曉珺同志說得對,我好好一個人,也不能平白無故就被人欺負了!但是看在院長的面子上,霍幸福,你要是再不聽從我的工作安排,就別怪我把今天的事情匯報給院長、然后請執法隊替我主持公道!”
身為同事,低頭不見抬頭見,護士長顯然不愿意把事情鬧得太僵,畢竟霍幸福身后還有個院長老爹,軍人老媽,是以,能好好相處,護士長還是愿意好好相處的。
誠如白曉珺所想,霍幸福確實是自己要求回到軍醫院上班,為此還給霍父下跪認錯了。
要是自己的目的還未達成,就被白曉珺聯合這小賤人趕出醫院,那她之后的宏圖大業怕是做不成了!

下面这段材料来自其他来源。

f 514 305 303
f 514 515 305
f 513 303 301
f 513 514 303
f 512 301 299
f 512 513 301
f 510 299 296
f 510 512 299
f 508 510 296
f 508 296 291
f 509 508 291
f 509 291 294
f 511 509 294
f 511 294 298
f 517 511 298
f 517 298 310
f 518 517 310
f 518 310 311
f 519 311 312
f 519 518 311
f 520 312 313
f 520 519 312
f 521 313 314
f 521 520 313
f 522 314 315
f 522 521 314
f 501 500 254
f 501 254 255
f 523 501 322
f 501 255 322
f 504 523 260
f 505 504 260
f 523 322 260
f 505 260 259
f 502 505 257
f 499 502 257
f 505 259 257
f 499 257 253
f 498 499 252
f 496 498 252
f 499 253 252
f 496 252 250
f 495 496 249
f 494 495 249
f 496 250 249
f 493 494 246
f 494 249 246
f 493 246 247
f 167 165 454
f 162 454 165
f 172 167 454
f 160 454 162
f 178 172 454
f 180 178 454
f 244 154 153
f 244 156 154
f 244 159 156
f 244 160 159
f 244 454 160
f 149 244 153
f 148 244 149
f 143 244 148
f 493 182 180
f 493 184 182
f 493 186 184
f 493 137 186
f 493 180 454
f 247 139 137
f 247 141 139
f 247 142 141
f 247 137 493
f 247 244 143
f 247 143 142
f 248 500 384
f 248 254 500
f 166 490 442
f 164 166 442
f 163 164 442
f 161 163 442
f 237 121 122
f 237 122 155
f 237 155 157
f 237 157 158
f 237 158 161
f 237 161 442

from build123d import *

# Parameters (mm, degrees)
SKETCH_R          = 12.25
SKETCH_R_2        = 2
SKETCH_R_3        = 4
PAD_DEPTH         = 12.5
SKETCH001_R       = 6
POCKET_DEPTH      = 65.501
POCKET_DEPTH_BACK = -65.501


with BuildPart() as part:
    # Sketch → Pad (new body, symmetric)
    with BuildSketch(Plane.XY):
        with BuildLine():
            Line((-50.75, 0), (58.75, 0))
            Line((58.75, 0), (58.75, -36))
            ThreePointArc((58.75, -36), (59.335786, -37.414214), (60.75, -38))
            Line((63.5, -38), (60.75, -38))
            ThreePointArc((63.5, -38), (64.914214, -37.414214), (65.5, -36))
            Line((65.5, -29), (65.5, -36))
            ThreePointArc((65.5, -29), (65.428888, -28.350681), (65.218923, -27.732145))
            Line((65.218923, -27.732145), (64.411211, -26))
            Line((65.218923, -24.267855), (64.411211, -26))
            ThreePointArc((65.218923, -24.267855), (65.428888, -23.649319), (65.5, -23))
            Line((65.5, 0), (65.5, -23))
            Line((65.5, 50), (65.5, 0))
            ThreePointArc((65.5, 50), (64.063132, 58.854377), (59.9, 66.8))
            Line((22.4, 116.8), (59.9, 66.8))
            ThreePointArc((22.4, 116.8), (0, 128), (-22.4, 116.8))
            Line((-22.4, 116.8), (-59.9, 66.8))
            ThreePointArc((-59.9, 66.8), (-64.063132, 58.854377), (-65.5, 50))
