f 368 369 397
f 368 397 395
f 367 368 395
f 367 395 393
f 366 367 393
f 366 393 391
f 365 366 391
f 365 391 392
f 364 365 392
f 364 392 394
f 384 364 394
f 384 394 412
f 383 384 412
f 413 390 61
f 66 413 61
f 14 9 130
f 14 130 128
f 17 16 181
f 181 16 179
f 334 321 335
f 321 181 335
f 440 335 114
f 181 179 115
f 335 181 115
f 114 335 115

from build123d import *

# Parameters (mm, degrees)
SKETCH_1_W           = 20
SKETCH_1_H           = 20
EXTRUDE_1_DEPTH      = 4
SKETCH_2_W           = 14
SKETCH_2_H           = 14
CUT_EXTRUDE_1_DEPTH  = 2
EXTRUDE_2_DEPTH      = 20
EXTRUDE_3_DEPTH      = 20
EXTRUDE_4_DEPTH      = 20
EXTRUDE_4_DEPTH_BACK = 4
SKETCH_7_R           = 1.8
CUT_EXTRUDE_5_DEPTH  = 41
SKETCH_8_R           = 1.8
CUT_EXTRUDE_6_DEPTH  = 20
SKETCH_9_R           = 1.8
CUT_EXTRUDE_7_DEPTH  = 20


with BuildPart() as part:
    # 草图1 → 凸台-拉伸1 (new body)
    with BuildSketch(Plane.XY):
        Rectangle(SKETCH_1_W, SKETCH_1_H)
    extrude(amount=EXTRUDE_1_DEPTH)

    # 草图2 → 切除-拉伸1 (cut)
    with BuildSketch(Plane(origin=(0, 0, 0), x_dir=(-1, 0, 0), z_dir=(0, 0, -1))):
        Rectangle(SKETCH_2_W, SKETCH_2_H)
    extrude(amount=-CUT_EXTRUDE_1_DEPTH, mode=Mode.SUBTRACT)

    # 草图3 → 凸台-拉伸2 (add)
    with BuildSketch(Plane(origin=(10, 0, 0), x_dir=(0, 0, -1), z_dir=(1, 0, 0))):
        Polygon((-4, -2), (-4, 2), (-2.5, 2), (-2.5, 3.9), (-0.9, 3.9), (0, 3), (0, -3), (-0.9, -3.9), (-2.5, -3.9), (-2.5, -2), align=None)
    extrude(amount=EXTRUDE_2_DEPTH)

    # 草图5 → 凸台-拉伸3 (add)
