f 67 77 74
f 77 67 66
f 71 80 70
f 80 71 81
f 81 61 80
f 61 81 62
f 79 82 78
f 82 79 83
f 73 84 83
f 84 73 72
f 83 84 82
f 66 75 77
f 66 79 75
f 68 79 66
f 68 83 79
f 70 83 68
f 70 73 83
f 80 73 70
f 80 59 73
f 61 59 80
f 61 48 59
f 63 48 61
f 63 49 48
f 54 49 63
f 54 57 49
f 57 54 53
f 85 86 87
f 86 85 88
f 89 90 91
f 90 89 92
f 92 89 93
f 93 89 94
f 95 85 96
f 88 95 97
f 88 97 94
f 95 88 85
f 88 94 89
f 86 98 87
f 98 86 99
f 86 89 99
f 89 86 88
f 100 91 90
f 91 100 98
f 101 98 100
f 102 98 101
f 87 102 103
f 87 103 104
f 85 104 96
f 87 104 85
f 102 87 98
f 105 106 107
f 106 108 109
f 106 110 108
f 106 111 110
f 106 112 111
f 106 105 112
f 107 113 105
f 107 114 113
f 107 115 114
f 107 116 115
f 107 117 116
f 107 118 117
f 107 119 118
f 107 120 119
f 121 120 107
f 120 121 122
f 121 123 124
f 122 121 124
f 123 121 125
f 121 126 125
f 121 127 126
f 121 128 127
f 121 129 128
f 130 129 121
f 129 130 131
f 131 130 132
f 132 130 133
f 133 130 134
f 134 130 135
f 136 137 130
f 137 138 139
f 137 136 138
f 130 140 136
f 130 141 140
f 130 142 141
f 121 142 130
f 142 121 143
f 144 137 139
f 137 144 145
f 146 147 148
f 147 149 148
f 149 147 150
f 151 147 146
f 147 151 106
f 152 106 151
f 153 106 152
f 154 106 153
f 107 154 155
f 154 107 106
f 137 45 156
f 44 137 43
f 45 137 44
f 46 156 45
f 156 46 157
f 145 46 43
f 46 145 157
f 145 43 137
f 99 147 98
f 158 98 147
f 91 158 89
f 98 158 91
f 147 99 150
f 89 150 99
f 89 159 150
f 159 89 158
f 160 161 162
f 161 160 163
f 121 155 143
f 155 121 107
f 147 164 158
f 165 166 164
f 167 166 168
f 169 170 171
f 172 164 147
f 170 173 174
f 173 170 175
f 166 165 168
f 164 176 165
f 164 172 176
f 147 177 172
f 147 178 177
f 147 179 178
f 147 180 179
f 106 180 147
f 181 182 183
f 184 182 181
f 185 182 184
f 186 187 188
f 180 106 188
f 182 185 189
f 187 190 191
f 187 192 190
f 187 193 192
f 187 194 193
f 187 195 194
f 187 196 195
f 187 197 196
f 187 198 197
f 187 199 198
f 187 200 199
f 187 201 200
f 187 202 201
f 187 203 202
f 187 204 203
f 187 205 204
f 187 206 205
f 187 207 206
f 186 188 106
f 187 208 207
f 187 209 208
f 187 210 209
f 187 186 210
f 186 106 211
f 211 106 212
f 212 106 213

想讓她離開軍醫院可以,至少要等拿到公章,在供貨合作的意向書上簽字蓋章,她才能走。
霍幸福用手背擦了一下淚水。
“行!不就是配合工作嗎,這都是我分內的事,我去幫忙配藥,行了吧!”
“白曉珺,看到我這樣低三下四,你高興了嗎?”
聽到霍幸福怨恨的話,白曉珺很無語,“你自己也知道,是分內的事兒,不肯完成工作任務指標,挨罵了,關我什么事?霍幸福,你非要一個回答?行,那我滿足你的愿望,看到你低三下四的挨訓斥,我很高興!”
“你——”
白曉珺沒給霍幸福說話的機會,扭頭看向護士長,“沈勁野接下來的幾瓶藥水都及時一點,我剛剛出來的時候,他點滴軟管都已經回血了。”
拜托完這件事,白曉珺理都沒理霍幸福扭曲的面容,轉身回病房了,還順便聊閑話一樣,把霍幸福又回了軍醫院的消息,告訴沈勁野。
沈勁野聽完蹙緊眉心,“真是陰魂不散!軍醫院怎么腐敗成這個樣子,讓霍幸福這樣的人回來,簡直是拿士兵們的生命安全開玩笑!曉珺,幫我把紙筆拿過來,我要寫一封舉報信,嚴肅的批評軍醫院的行為!”
不管霍幸福復職一事,是她和霍院長父女之間哪一方的主動,霍院長能讓犯過如此大錯的污點分子,重新回到醫院,那就是霍院長的過錯!
他必須要求上面徹查軍醫院的腐敗問題,不能讓霍院長成為軍醫院的一言堂,污點分子想來就來,那軍醫院豈不是變成了草菅人命的笑話?
白曉珺也覺得霍幸福這樣激進的人,不配在軍醫院做事,就什么話都沒說,幫沈勁野找來紙筆,認認真真地鉆研揣摩著寫下舉報信。
這封舉報信,并非針對霍幸福一人,而是針對整個軍醫院。
到時候不僅要上交到軍區辦公室,更要送到衛健委,重新定義霍院長的職位。
再說霍幸福,完成配藥的任務后,就無所事事地在醫院閑逛。
她現在和外面的人聊好了,只要偷到霍父的公章,把軍醫院的醫療器材、中成藥、西成藥,全權委托給德源醫療公司進行采購和供應,她就能得到兩千塊的中介費。
到時候再拿著這兩千塊,憑借自己穿越女先知先覺的金手指,買地皮,做生意,占據時代先機。
等她走上人生巔峰,看霍家這兩個老不死的,還敢不敢對自己的事情指手畫腳了,哼!
她霍幸福,可是二十一世紀新時代女性,才不是他們的親生女兒,憑什么管束她,教育她?